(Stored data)
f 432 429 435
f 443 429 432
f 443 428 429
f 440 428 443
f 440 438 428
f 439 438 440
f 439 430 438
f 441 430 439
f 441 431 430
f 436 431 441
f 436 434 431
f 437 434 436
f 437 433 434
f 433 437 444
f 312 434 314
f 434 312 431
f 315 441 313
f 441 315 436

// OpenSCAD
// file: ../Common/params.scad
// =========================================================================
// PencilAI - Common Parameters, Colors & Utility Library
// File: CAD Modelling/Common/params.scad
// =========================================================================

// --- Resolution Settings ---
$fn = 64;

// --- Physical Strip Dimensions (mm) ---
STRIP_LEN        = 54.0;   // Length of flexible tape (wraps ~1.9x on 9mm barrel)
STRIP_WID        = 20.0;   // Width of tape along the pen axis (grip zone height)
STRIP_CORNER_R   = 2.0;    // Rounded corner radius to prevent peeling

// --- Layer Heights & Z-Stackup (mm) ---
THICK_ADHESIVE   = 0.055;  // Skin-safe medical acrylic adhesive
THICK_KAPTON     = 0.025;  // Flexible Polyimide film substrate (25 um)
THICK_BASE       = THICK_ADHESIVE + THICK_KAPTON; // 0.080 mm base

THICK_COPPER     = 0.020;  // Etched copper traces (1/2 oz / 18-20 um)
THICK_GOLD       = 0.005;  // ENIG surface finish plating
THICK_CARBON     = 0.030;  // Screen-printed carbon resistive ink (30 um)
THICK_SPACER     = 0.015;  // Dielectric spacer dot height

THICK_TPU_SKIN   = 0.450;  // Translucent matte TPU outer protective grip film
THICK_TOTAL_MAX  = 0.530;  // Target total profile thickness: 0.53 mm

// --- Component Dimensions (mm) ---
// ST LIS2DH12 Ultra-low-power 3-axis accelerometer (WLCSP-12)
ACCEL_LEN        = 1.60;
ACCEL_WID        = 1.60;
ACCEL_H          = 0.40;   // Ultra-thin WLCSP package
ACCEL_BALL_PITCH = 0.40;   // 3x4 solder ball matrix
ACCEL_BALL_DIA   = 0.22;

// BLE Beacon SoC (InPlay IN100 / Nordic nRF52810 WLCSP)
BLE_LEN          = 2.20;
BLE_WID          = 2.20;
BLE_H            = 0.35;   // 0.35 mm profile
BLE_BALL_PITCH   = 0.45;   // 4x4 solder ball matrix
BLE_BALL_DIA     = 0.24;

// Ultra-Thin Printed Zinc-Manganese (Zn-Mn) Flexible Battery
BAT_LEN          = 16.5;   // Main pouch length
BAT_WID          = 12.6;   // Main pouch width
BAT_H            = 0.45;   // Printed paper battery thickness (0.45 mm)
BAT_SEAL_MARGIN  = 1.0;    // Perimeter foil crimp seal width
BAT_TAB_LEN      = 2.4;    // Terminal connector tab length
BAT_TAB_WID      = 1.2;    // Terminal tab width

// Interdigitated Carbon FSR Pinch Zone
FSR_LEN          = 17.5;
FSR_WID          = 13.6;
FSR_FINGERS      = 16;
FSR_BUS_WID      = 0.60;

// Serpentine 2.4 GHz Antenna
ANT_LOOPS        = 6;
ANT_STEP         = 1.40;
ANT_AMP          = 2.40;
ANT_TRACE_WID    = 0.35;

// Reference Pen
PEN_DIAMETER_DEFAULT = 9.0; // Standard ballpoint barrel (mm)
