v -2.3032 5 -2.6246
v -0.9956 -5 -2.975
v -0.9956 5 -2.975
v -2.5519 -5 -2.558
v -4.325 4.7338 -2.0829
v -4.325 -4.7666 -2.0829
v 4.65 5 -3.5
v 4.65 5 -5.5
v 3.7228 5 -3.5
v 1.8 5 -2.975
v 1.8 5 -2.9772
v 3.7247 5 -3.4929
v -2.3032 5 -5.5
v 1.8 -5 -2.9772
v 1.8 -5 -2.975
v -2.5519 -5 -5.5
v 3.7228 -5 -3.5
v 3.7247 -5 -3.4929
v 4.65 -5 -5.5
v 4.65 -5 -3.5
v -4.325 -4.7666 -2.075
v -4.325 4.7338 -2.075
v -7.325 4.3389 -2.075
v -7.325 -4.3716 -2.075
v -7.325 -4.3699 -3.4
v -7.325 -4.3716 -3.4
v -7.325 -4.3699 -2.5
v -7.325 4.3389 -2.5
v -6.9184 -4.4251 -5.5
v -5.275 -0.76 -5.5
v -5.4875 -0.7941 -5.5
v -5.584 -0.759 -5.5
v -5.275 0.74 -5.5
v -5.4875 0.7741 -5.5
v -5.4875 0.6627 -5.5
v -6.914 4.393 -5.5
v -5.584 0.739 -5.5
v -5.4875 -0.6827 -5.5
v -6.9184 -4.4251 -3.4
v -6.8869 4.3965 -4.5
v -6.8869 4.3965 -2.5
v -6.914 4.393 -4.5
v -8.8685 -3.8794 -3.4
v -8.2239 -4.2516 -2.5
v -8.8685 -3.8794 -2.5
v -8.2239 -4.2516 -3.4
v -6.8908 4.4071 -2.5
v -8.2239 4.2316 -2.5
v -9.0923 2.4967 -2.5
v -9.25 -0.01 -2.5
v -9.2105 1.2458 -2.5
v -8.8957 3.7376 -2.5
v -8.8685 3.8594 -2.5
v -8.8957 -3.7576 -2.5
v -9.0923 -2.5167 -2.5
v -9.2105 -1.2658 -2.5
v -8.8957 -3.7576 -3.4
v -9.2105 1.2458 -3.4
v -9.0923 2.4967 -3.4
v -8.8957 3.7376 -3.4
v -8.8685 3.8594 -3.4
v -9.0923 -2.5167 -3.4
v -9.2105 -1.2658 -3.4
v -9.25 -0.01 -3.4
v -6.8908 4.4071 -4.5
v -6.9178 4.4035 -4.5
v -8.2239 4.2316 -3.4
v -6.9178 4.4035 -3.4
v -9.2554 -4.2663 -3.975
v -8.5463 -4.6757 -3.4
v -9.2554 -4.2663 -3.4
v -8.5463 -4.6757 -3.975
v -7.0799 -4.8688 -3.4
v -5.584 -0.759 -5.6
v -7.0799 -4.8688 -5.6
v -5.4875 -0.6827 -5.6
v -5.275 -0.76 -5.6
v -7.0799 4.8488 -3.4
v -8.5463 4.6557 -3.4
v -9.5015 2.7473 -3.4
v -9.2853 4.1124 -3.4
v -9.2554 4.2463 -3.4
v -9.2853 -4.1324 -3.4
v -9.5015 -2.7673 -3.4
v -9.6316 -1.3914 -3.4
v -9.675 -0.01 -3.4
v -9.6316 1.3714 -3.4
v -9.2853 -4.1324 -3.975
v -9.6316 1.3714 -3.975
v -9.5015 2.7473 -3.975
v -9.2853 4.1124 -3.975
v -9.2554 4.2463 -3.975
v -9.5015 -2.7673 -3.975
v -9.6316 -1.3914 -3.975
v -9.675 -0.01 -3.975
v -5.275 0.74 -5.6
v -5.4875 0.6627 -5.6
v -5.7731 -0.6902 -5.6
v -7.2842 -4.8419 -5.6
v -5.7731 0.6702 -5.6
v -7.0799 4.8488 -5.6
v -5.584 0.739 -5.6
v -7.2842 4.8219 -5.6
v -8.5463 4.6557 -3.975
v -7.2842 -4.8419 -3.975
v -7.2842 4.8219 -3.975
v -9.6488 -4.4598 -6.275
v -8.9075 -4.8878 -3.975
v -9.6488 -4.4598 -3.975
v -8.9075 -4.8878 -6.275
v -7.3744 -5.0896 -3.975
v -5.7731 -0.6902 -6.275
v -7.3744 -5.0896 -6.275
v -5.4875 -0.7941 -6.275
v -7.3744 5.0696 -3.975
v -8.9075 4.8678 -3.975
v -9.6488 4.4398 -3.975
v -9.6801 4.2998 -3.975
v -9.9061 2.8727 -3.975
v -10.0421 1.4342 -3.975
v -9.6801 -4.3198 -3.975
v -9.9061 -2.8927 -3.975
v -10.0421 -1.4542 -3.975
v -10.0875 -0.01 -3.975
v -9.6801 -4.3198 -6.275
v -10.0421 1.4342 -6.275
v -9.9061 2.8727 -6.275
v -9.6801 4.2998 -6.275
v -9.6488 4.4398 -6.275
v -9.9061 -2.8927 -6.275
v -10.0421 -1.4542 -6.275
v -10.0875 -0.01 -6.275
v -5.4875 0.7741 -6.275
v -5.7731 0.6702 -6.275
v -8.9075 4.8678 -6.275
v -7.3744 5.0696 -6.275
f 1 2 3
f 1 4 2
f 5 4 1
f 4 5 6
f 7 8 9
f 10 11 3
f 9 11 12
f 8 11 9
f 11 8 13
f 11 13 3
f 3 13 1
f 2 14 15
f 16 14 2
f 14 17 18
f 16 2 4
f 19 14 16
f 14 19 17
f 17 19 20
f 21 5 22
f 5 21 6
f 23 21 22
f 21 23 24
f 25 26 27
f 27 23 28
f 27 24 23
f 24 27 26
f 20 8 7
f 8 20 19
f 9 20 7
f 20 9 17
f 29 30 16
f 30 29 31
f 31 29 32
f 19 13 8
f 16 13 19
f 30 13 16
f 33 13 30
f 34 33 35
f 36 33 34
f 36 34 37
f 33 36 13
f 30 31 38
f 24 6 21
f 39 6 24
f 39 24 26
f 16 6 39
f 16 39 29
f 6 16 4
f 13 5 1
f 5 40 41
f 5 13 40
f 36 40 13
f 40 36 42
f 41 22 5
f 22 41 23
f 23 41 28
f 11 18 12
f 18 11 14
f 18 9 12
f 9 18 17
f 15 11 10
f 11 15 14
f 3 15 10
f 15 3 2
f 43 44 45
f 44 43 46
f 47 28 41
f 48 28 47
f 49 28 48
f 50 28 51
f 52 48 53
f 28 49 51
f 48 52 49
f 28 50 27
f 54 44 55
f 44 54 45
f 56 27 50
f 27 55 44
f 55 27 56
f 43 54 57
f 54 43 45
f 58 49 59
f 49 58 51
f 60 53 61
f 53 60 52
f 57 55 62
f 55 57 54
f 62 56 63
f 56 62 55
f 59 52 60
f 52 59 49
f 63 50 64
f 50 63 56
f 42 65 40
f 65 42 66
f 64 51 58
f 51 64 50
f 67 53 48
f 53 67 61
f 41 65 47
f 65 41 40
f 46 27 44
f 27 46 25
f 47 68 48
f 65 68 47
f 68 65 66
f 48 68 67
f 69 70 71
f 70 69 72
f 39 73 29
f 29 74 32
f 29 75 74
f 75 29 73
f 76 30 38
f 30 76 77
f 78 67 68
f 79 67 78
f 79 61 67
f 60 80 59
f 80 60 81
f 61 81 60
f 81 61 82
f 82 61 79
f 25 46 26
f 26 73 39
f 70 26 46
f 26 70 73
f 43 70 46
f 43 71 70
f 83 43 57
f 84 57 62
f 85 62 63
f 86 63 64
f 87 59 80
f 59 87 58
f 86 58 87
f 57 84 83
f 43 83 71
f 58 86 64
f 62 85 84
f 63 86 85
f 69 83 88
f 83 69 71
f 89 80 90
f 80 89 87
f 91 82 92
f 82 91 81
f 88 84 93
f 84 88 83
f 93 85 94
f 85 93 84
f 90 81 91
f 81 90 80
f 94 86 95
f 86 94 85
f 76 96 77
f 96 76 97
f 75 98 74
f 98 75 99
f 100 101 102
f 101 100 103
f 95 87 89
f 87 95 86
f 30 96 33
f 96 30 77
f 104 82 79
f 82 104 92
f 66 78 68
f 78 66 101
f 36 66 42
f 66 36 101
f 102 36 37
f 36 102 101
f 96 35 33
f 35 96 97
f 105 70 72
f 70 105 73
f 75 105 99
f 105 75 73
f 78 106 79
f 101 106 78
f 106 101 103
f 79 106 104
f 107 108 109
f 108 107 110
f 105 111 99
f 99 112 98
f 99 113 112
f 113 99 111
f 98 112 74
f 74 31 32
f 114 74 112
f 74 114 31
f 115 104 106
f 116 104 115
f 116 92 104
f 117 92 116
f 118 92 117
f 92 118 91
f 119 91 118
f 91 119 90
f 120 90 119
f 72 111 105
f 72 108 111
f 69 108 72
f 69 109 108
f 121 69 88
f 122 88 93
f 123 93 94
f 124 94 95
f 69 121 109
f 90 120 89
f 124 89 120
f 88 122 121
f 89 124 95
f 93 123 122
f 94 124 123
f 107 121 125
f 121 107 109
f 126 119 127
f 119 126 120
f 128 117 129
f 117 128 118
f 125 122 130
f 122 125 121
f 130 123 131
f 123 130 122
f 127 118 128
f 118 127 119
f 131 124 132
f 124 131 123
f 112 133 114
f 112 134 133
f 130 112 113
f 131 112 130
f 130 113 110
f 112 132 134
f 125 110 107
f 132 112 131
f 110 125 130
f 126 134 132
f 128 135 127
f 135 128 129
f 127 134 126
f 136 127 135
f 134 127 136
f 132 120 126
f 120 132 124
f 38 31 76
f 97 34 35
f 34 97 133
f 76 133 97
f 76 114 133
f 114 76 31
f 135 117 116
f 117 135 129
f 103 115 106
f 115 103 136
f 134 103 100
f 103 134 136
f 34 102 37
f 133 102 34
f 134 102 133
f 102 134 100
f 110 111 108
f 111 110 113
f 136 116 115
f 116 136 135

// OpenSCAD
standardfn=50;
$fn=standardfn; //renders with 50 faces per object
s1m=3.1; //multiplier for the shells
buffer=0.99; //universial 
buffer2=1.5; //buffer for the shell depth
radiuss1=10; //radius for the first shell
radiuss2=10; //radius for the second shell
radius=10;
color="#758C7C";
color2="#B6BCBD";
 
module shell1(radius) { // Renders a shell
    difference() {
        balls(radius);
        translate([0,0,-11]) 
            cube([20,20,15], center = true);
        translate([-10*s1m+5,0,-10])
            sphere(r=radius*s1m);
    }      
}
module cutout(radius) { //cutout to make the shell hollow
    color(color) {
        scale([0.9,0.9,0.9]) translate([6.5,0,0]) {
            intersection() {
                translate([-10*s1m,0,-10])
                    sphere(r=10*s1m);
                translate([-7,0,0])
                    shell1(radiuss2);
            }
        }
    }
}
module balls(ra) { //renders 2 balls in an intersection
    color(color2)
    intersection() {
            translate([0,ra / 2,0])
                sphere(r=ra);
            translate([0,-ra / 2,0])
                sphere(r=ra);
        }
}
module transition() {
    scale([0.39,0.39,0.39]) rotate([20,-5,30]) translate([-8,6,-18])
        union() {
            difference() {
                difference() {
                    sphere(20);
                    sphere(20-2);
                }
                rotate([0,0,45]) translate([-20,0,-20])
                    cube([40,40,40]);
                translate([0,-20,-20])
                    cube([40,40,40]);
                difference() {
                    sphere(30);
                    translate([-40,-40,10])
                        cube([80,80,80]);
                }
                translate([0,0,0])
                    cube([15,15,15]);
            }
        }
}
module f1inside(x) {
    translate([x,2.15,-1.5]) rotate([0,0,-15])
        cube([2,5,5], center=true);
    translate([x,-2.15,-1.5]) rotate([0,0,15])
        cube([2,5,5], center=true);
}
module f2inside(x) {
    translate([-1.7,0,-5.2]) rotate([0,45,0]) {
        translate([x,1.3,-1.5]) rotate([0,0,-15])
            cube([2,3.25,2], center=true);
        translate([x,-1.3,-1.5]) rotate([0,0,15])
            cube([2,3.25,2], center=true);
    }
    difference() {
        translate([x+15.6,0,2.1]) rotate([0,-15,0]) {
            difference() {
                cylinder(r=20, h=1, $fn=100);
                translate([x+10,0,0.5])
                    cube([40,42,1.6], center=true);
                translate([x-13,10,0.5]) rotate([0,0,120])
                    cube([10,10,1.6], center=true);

*ABOUT THIS EXERCISE*.
Go through the records above and copy every line with the word "Ultra".

*WRITTEN SOLUTION*.
// ST LIS2DH12 Ultra-low-power 3-axis accelerometer (WLCSP-12)
ACCEL_H          = 0.40;   // Ultra-thin WLCSP package
// Ultra-Thin Printed Zinc-Manganese (Zn-Mn) Flexible Battery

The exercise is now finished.